▶ _Task input_
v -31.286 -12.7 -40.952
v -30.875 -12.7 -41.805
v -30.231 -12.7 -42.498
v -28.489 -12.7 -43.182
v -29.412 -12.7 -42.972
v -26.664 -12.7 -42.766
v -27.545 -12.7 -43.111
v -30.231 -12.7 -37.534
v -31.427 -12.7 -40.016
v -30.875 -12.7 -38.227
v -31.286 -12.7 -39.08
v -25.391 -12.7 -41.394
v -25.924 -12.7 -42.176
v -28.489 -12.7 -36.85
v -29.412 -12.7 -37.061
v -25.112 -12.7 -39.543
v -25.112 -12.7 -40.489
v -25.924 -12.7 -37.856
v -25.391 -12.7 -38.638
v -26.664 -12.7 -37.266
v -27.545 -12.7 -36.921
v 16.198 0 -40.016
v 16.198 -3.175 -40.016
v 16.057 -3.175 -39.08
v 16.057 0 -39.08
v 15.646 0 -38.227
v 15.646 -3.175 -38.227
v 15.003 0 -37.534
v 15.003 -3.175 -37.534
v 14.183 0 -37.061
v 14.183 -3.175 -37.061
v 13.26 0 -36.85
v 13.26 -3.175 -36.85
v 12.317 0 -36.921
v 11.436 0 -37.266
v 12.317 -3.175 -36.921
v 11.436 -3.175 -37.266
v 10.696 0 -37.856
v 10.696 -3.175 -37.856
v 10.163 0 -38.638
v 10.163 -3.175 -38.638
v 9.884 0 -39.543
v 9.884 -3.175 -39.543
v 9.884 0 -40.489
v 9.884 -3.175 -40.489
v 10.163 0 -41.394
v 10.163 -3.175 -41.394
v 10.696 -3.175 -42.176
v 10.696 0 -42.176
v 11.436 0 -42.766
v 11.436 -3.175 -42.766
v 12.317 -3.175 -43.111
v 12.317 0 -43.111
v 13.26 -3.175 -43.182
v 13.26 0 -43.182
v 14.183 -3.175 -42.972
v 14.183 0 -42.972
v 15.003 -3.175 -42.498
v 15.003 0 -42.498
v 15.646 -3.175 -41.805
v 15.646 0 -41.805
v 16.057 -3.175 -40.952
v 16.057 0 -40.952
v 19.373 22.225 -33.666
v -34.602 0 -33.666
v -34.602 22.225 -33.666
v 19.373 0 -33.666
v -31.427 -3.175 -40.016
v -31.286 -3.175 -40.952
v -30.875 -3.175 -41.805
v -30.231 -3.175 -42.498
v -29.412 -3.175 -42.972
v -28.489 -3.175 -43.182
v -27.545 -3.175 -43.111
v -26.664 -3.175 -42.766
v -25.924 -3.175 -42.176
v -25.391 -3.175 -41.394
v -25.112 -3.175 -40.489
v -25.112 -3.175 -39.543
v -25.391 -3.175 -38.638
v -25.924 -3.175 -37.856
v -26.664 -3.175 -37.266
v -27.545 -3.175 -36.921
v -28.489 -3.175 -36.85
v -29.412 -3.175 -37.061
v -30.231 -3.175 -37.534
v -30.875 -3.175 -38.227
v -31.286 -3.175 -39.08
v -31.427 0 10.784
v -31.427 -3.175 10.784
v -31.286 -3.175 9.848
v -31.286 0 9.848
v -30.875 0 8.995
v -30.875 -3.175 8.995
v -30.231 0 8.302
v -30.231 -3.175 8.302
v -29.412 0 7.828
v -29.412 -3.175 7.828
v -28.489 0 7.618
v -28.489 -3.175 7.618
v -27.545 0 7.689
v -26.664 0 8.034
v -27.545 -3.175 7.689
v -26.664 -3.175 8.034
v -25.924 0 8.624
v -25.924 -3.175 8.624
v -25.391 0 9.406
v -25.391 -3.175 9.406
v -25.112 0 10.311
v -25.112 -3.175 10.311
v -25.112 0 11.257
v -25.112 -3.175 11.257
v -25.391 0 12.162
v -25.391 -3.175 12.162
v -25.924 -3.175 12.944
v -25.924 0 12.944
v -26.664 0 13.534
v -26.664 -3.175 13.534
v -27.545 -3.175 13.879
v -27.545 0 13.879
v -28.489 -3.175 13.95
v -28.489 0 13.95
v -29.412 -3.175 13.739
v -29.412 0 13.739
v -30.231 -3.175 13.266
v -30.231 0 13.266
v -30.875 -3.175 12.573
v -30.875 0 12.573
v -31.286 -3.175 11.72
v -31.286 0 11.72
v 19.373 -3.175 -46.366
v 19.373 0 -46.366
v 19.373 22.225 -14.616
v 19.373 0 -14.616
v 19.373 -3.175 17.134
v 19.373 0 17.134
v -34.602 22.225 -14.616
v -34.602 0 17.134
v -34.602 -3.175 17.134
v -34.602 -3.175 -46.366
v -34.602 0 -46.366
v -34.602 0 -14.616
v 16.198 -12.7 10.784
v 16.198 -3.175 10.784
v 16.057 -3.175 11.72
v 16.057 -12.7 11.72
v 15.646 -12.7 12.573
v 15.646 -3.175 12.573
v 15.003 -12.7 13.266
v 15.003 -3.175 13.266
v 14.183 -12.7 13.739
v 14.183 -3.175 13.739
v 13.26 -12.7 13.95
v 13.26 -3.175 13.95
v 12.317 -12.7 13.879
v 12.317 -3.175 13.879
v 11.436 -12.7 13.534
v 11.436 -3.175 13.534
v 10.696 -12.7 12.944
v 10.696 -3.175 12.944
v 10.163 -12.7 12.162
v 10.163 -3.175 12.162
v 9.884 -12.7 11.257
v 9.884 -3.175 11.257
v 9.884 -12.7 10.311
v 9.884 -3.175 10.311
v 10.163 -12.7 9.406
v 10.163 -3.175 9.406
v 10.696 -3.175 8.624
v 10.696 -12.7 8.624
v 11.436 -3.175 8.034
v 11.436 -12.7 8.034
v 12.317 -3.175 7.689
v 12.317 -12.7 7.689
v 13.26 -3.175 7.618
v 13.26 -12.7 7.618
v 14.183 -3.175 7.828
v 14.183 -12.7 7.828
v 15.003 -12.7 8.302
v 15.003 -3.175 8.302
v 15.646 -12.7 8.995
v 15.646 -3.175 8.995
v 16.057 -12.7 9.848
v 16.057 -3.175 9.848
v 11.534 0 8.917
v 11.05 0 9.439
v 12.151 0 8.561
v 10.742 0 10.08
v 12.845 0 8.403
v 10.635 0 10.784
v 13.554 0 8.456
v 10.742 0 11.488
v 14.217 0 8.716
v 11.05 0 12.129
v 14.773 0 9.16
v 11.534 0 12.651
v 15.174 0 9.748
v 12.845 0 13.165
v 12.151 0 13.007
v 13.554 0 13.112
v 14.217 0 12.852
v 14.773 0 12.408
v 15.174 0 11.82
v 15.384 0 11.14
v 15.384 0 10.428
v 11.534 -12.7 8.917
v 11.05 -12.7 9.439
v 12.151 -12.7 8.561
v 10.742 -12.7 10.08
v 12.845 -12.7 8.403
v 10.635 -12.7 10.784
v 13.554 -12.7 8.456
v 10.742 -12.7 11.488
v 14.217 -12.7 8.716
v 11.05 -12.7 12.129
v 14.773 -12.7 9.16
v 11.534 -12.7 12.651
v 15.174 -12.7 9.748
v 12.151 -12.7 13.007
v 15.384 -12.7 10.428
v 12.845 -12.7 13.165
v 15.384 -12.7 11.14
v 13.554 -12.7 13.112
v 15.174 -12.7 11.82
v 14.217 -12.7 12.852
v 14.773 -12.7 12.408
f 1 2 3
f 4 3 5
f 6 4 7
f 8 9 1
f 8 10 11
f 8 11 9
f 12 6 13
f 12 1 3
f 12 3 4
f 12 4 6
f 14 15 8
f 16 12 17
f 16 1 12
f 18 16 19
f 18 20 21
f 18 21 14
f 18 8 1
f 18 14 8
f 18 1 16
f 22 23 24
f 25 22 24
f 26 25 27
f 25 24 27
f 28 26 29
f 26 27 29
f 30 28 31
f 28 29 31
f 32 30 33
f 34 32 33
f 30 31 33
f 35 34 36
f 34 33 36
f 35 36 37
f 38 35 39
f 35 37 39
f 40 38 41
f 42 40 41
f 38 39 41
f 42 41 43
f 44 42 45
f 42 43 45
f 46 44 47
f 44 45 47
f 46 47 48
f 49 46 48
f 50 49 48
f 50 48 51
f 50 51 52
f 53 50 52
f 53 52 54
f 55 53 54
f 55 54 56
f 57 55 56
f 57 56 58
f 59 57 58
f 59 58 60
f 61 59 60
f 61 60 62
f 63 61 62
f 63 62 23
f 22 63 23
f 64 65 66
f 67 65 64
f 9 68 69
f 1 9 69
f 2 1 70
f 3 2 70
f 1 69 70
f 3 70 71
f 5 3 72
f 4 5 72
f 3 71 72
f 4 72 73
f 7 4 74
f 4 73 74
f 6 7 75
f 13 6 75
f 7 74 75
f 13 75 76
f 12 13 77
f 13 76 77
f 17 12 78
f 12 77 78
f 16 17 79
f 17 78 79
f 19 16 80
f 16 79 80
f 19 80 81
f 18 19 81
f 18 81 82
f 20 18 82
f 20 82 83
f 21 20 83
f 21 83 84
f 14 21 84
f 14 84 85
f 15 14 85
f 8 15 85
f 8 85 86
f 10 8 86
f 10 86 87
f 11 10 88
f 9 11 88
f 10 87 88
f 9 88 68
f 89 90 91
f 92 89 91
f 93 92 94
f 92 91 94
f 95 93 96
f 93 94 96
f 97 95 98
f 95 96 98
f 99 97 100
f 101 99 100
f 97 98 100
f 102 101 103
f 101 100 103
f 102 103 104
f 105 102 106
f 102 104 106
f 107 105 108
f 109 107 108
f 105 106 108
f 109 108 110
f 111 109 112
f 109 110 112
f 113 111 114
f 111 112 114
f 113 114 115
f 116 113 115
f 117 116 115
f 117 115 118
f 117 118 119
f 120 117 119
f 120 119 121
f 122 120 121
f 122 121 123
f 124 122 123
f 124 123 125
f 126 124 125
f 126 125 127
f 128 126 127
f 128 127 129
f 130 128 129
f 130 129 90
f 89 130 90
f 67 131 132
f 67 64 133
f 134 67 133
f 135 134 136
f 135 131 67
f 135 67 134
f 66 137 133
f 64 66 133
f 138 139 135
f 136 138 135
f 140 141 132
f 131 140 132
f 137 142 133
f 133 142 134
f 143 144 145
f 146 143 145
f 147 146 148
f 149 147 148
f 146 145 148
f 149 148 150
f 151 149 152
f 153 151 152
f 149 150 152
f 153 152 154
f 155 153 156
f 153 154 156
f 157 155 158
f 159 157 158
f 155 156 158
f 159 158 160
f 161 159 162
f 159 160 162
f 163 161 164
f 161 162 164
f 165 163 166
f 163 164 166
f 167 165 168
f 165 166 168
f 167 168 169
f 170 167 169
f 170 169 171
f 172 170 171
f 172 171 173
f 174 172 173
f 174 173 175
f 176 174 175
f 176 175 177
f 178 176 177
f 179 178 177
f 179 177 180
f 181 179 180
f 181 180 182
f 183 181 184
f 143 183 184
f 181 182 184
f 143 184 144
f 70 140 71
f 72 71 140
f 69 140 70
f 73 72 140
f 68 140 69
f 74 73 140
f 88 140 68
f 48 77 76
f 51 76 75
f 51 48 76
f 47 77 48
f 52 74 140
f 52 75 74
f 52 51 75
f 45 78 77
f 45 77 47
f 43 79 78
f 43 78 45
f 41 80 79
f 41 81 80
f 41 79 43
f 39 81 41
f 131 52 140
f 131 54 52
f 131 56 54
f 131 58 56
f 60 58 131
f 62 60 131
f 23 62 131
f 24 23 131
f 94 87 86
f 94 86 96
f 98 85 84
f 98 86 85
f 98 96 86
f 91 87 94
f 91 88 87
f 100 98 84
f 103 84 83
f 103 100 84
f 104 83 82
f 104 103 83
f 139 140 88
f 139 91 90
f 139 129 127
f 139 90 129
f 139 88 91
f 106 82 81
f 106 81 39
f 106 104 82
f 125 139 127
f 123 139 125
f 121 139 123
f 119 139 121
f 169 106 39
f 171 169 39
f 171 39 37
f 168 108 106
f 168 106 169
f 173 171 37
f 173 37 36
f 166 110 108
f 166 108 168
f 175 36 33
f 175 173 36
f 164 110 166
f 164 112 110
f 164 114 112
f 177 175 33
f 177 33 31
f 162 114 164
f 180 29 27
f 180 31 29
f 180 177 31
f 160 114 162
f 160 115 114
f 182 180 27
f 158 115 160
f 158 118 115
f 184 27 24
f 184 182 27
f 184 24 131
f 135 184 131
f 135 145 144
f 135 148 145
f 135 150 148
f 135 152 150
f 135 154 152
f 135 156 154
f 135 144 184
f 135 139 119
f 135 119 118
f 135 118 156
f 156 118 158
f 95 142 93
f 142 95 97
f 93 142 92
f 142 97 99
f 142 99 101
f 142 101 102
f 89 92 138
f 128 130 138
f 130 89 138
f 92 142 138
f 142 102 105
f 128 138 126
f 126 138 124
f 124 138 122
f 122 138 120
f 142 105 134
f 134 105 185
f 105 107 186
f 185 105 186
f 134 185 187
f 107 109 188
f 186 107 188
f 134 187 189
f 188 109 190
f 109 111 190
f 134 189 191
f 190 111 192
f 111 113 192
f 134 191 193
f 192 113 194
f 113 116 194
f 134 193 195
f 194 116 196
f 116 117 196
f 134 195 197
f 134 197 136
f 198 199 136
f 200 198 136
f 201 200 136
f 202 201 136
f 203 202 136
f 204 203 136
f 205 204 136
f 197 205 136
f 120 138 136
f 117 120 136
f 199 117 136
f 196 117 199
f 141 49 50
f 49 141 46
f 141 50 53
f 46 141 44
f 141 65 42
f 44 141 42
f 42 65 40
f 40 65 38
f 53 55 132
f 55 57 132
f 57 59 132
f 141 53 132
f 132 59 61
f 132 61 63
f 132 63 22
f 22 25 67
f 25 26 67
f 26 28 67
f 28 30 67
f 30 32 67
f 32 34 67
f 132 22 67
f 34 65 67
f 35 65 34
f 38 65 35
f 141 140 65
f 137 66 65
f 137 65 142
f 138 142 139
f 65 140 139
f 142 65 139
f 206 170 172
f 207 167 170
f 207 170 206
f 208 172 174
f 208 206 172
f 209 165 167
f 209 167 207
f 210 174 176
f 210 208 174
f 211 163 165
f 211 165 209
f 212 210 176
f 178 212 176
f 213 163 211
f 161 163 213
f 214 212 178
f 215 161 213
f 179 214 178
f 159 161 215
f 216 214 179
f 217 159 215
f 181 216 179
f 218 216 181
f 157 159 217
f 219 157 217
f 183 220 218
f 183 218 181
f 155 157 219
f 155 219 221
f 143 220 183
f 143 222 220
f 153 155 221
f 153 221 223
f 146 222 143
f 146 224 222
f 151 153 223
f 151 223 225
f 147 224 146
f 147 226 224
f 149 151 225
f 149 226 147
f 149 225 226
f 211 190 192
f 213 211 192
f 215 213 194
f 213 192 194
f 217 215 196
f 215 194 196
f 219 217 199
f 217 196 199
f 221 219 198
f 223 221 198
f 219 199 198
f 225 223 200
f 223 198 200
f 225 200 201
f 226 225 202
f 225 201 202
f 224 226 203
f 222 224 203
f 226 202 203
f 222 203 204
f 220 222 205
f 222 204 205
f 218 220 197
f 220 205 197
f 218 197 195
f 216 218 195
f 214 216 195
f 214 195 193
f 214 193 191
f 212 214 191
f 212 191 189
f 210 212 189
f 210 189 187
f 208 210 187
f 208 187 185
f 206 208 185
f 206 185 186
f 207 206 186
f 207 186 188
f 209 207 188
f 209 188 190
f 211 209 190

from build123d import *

# Parameters (mm, degrees)
F0_W      = 53.975
F0_H      = 12.7
F1_DEPTH  = 3.175
F3_DEPTH  = 9.525
F4_R      = 3.175
F5_DEPTH  = 3.176
F6_W      = 53.975
F6_H      = 19.05
F7_DEPTH  = 25.4
F8_W      = 53.975
F8_H      = 31.75
F9_DEPTH  = 3.175
F11_DEPTH = 25.401
F12_R     = 3.175
F13_DEPTH = 9.525
F15_DEPTH = 15.4432


# Not quite as in the source:
# - a length typed as a fraction of an inch, garbled in the dataset ("3 / 203.2 mm" for 3/8 in), is restored


with BuildPart() as f1:
    # F0 (on Front) → F1 (new body)
    with BuildSketch(Plane.XZ):
        with Locations((-7.6144175836, -40.016034618)):
            Rectangle(F0_W, F0_H)
    extrude(amount=F1_DEPTH)

    # F2 (on face) → F3 (join)
    with BuildSketch(Plane.XZ.offset(3.175)):
        with BuildLine():
            ThreePointArc((-25.0769175836, -40.016034618), (-28.2519175836, -36.841034618), (-31.4269175836, -40.016034618))
            ThreePointArc((-31.4269175836, -40.016034618), (-28.2519175836, -43.191034618), (-25.0769175836, -40.016034618))
        make_face()
    extrude(amount=F3_DEPTH)

    # F4 (on face) → F5 (cut, through all)
    with BuildSketch(Plane.XZ.offset(3.175)):
        with Locations((13.0230824164, -40.016034618)):
            Circle(F4_R)
    extrude(amount=-F5_DEPTH, mode=Mode.SUBTRACT)

    # F6 (on face) → F7 (join)
    with BuildSketch(Plane.XZ.offset(3.175)):
        with Locations((-7.6144175836, -24.141034618)):
            Rectangle(F6_W, F6_H)
    extrude(amount=-F7_DEPTH)

    # F8 (on face) → F9 (join)
    with BuildSketch(Plane.XZ.offset(3.175)):
        with Locations((-7.6144175836, 1.258965382)):
            Rectangle(F8_W, F8_H)
    extrude(amount=-F9_DEPTH)

    # F10 (on face) → F11 (cut, through all)
    with BuildSketch(Plane.XZ.offset(3.175)):
        with BuildLine():
            ThreePointArc((-25.0769175836, 10.783965382), (-28.2519175836, 13.958965382), (-31.4269175836, 10.783965382))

▶ _Activity_
Of the lines above, output exactly those from the line bearing "f 130 129 90" through the line bearing "f 181 180 182", inclusive.

▶ _Response box_
f 130 129 90
f 89 130 90
f 67 131 132
f 67 64 133
f 134 67 133
f 135 134 136
f 135 131 67
f 135 67 134
f 66 137 133
f 64 66 133
f 138 139 135
f 136 138 135
f 140 141 132
f 131 140 132
f 137 142 133
f 133 142 134
f 143 144 145
f 146 143 145
f 147 146 148
f 149 147 148
f 146 145 148
f 149 148 150
f 151 149 152
f 153 151 152
f 149 150 152
f 153 152 154
f 155 153 156
f 153 154 156
f 157 155 158
f 159 157 158
f 155 156 158
f 159 158 160
f 161 159 162
f 159 160 162
f 163 161 164
f 161 162 164
f 165 163 166
f 163 164 166
f 167 165 168
f 165 166 168
f 167 168 169
f 170 167 169
f 170 169 171
f 172 170 171
f 172 171 173
f 174 172 173
f 174 173 175
f 176 174 175
f 176 175 177
f 178 176 177
f 179 178 177
f 179 177 180
f 181 179 180
f 181 180 182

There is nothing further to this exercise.